Many who were severely critical of Hazare for undermining constitutional politics should, at least in principle, welcome his declared intention of entering into the mainstream of political life, albeit in the role of a senior statesman.  In the hurly-burly of politics, such magnanimity was not to be expected:  as some Congressmen remarked, Hazare’s interest in founding a party suggests that all along he, posing as a fakir (though not half-naked), was only interested in the exercise of power.  There are some who are asking if Hazare can lick the political system, and if there are precedents for such political interventions elsewhere in the world.   The principal political parties are so well entrenched, indeed even drenched in money, that a party comprised of a ragtag group of activists and their sentimental followers seems hardly poised to make even the slightest dent in the brutal landscape of Indian politics.  Party Anna, on this scenario, will merely have replaced Team Anna but will similarly sink into the gargantuan quicksand of Indian politics.  Some will point to the experience of the United States:  though Ralph Nader has contested several presidential elections, several of them as a Green Party candidate, on a platform resolutely critical of both the Republican and Democratic parties as agents of naked capitalism, wholly indebted to corporate honchos for their survival, he has been unable to disturb even remotely the general tenor of American political culture.  No one has been able to question Rader’s own political integrity, but, interestingly, in the only election where his presence might have made a difference to the outcome, an outcome where one would have chosen (as in every other American election) between Tweedledee and Tweedledum, it is the liberals who pounded him for having ‘stolen’ votes from Al Gore and handed the election over to Bush.  The Greens are commonly thought to have been more successful in several European countries, but it is clear that they still operate largely at the margins.  The closest parallel to Hazare is the former head of the Montreal police, Jacques Duchesneau, whose exposures of corruption in Quebec’s political culture catapulted him to public adulation and to a vaunted place in the Coalition Avenir Quebec (CAQ) as one of their star candidates.  This new party, however, has yet to contest an election.
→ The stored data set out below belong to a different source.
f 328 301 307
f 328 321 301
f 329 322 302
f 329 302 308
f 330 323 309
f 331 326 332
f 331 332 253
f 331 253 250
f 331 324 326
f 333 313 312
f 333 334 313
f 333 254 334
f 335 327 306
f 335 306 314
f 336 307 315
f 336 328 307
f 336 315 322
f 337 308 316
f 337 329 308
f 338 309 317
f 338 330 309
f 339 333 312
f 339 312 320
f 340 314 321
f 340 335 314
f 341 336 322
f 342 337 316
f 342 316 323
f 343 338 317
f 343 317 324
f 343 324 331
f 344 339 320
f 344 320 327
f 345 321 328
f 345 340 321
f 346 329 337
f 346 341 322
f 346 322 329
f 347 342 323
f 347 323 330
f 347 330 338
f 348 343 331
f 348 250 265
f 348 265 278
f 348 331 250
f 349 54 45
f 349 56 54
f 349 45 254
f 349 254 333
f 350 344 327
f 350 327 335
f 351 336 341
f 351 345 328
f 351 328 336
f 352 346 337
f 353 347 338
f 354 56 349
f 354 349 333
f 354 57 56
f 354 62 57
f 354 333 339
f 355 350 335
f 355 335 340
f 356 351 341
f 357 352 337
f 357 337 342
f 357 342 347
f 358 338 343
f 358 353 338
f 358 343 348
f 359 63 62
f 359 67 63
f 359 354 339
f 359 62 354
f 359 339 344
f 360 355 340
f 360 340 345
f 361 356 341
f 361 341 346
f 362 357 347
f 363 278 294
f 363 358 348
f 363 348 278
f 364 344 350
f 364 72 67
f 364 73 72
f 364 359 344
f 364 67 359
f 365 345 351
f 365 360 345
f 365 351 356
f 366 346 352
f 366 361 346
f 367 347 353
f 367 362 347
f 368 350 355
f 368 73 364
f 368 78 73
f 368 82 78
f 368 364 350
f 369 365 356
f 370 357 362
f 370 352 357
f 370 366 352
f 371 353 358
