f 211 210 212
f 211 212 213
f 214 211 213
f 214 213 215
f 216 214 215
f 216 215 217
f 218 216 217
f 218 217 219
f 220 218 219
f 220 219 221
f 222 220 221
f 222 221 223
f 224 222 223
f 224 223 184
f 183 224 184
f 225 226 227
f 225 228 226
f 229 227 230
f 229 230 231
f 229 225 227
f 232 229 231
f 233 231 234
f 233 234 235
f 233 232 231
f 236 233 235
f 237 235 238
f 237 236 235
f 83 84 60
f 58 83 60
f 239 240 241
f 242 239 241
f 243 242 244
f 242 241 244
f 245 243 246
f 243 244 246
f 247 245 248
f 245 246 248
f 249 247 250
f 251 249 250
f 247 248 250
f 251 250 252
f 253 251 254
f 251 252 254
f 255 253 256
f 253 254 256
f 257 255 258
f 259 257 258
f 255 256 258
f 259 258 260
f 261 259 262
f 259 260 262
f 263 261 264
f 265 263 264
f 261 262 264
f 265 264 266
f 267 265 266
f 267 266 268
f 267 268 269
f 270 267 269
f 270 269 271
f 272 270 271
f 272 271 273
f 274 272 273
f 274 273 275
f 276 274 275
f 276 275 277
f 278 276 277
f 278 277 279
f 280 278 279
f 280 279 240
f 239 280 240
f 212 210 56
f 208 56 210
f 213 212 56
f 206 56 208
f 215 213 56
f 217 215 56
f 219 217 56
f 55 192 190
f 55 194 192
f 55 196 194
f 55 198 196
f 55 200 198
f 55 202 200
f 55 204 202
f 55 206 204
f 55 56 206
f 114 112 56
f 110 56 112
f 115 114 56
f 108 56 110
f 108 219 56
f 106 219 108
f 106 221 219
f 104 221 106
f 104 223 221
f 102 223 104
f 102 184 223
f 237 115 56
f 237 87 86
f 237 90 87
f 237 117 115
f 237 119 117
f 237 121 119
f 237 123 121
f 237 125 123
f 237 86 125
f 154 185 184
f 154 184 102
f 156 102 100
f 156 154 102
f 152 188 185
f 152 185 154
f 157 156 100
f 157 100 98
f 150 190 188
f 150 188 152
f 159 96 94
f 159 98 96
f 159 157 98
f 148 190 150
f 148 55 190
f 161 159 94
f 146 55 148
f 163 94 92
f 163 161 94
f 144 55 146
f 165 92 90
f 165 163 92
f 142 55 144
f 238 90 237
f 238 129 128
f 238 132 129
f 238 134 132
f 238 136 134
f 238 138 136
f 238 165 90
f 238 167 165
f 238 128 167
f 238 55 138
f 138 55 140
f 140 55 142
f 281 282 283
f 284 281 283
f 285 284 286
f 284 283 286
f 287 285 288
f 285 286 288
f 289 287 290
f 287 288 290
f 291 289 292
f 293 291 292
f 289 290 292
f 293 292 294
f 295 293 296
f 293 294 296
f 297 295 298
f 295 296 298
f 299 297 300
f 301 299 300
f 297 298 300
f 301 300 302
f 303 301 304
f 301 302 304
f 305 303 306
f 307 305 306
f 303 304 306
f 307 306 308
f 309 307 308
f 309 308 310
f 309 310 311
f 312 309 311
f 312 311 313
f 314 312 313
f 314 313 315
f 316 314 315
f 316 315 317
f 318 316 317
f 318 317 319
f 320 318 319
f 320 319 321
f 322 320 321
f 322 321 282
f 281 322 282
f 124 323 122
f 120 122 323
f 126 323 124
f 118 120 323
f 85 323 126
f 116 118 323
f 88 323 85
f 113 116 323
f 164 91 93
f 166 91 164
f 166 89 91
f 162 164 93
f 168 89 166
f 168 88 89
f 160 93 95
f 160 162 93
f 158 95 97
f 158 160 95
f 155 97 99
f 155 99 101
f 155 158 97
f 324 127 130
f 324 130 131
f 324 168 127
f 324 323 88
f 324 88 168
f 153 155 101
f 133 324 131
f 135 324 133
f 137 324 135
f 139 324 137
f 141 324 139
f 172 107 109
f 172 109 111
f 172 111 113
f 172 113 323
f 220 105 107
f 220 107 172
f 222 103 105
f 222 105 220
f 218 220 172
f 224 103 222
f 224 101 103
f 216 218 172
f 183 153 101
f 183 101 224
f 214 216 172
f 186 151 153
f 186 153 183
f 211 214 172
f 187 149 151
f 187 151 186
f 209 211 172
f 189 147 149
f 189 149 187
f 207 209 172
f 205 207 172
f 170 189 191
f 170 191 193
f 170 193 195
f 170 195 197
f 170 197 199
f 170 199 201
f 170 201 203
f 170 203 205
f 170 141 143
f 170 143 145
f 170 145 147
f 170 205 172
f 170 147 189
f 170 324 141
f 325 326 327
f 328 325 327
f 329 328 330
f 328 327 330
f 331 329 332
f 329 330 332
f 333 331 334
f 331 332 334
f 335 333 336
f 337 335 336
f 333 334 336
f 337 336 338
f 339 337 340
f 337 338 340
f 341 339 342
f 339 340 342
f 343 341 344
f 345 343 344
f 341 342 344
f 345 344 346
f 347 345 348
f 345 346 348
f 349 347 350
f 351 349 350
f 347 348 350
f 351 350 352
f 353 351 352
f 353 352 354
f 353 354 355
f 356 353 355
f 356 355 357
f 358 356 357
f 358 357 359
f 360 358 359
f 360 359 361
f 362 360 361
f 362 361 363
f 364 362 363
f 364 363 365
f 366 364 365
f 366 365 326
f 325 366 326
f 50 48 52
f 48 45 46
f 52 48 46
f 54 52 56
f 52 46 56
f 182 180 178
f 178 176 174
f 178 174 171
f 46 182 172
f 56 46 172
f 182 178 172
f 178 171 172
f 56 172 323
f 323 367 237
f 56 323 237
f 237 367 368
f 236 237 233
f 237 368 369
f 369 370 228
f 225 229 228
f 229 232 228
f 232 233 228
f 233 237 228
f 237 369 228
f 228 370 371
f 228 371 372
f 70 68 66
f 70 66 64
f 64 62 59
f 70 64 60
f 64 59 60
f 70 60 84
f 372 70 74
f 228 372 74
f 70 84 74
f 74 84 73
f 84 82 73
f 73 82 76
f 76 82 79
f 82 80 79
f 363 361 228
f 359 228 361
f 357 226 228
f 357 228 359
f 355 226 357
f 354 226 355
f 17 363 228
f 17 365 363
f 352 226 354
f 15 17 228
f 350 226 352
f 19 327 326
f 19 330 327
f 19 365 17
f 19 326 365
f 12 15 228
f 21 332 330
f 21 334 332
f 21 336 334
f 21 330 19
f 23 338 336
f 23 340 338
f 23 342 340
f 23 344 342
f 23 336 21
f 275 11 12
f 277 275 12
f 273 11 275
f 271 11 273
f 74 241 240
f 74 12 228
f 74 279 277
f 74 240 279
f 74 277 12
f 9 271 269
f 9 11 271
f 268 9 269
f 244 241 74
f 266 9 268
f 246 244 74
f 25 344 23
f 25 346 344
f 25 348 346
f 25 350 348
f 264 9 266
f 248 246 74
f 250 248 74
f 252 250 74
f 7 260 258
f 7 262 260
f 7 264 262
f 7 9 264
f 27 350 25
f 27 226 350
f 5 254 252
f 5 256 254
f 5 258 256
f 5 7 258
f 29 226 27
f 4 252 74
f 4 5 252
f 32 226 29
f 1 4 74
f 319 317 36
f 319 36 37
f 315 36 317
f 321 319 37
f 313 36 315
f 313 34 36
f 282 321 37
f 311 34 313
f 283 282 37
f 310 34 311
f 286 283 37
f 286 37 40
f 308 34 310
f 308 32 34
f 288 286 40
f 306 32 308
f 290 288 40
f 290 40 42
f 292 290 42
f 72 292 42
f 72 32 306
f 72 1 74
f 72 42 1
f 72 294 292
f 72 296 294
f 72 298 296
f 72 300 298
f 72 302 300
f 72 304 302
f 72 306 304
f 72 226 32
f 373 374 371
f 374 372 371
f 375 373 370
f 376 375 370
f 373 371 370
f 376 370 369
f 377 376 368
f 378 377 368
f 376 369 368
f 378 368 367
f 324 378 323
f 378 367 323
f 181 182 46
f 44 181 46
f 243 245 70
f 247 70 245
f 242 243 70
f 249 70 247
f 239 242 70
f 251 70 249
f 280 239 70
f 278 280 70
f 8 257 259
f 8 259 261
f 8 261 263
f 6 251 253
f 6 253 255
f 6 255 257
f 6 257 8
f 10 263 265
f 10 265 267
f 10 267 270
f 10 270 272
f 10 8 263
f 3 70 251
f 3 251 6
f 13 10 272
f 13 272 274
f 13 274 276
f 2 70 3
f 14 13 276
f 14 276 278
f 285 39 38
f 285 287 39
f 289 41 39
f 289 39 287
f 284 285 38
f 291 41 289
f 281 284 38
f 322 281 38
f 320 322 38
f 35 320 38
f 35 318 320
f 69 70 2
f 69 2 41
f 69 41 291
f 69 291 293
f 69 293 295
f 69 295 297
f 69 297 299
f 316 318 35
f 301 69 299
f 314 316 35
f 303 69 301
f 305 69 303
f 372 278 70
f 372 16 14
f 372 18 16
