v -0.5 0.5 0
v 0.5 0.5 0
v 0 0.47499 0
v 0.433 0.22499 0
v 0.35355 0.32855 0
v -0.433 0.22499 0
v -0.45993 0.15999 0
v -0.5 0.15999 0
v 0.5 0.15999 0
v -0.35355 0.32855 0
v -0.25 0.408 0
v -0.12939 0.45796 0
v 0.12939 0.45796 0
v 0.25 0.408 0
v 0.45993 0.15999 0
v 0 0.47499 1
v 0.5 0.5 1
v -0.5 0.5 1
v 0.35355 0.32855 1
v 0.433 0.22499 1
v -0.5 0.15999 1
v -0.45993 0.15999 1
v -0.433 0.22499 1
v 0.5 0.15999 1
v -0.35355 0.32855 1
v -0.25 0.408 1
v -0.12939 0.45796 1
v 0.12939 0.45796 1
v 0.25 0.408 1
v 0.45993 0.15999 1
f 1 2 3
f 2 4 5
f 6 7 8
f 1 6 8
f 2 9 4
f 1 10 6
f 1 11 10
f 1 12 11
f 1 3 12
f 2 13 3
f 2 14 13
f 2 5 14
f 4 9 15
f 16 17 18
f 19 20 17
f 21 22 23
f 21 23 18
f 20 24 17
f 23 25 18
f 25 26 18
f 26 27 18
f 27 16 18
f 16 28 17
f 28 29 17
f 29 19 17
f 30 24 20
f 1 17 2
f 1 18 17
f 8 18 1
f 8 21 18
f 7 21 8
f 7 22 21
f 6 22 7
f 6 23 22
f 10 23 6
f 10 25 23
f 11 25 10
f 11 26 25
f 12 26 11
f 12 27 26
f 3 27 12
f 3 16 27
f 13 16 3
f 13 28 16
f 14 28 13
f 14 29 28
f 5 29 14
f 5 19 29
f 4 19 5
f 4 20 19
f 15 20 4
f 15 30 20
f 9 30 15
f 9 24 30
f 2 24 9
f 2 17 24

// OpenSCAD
// Carousel Autoloader 0.2.23 - bustle cross clamp (dwarsklem) saddle on unit calibre, z width 1.
// Mirror of the cradle: the upper cusps of a top-layer cell, flush with the top of the round,
// so a clamp row lies inside the rack bounds even when the rounds fill the full height.
h = 0.34; eps = 0.025;
fn = 24;      // 24 (default) or 8 (light level for very full racks, matches the 8-sided rounds)
linear_extrude(height = 1)
  difference() {
    translate([-0.5, 0.5 - h]) square([1, h]);
    translate([0, -eps]) circle(r = 0.5, $fn = fn);
  }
The question, however, is not whether Hazare’s proposed political party is likely to succeed, even if success is to be measured not by the usual canons of politics but rather by the fulfillment of the objectives of the ‘India Against Corruption’ movement.  There is a more intriguing question:  how much of politics does Hazare understand at all?  Though many activists will never admit as much, they were angered and disturbed by the thought that a truck driver had been able to galvanize, with comparatively little effort and in lightening quick time, large crowds all prepared to launch India’s ‘Second War of Independence’.  That would seem to suggest that Hazare is not altogether a political novice.  Yet, in most respects, Hazare has shown himself unaware of what may justly be called politics.  In undertaking one fast after another, for example, Hazare betrayed his inability to take the measure of things. In the arts of negotiation, Hazare would certainly find much to learn from the book of Gandhi.  There is, behind all this, a deeper conundrum:  more so than in an autocratic state, genuine dissent is, in our times, impossibly difficult of attainment in a democracy.  Hazare’s fast at Jantar Mantar illustrated the difficulties of dissent in a democracy –– and such dissent is likely to become even more improbable, now that Hazare has signified his interest in moving closer to a conception of normal politics.  Little did Anna Hazare know that he would become the hunger artist.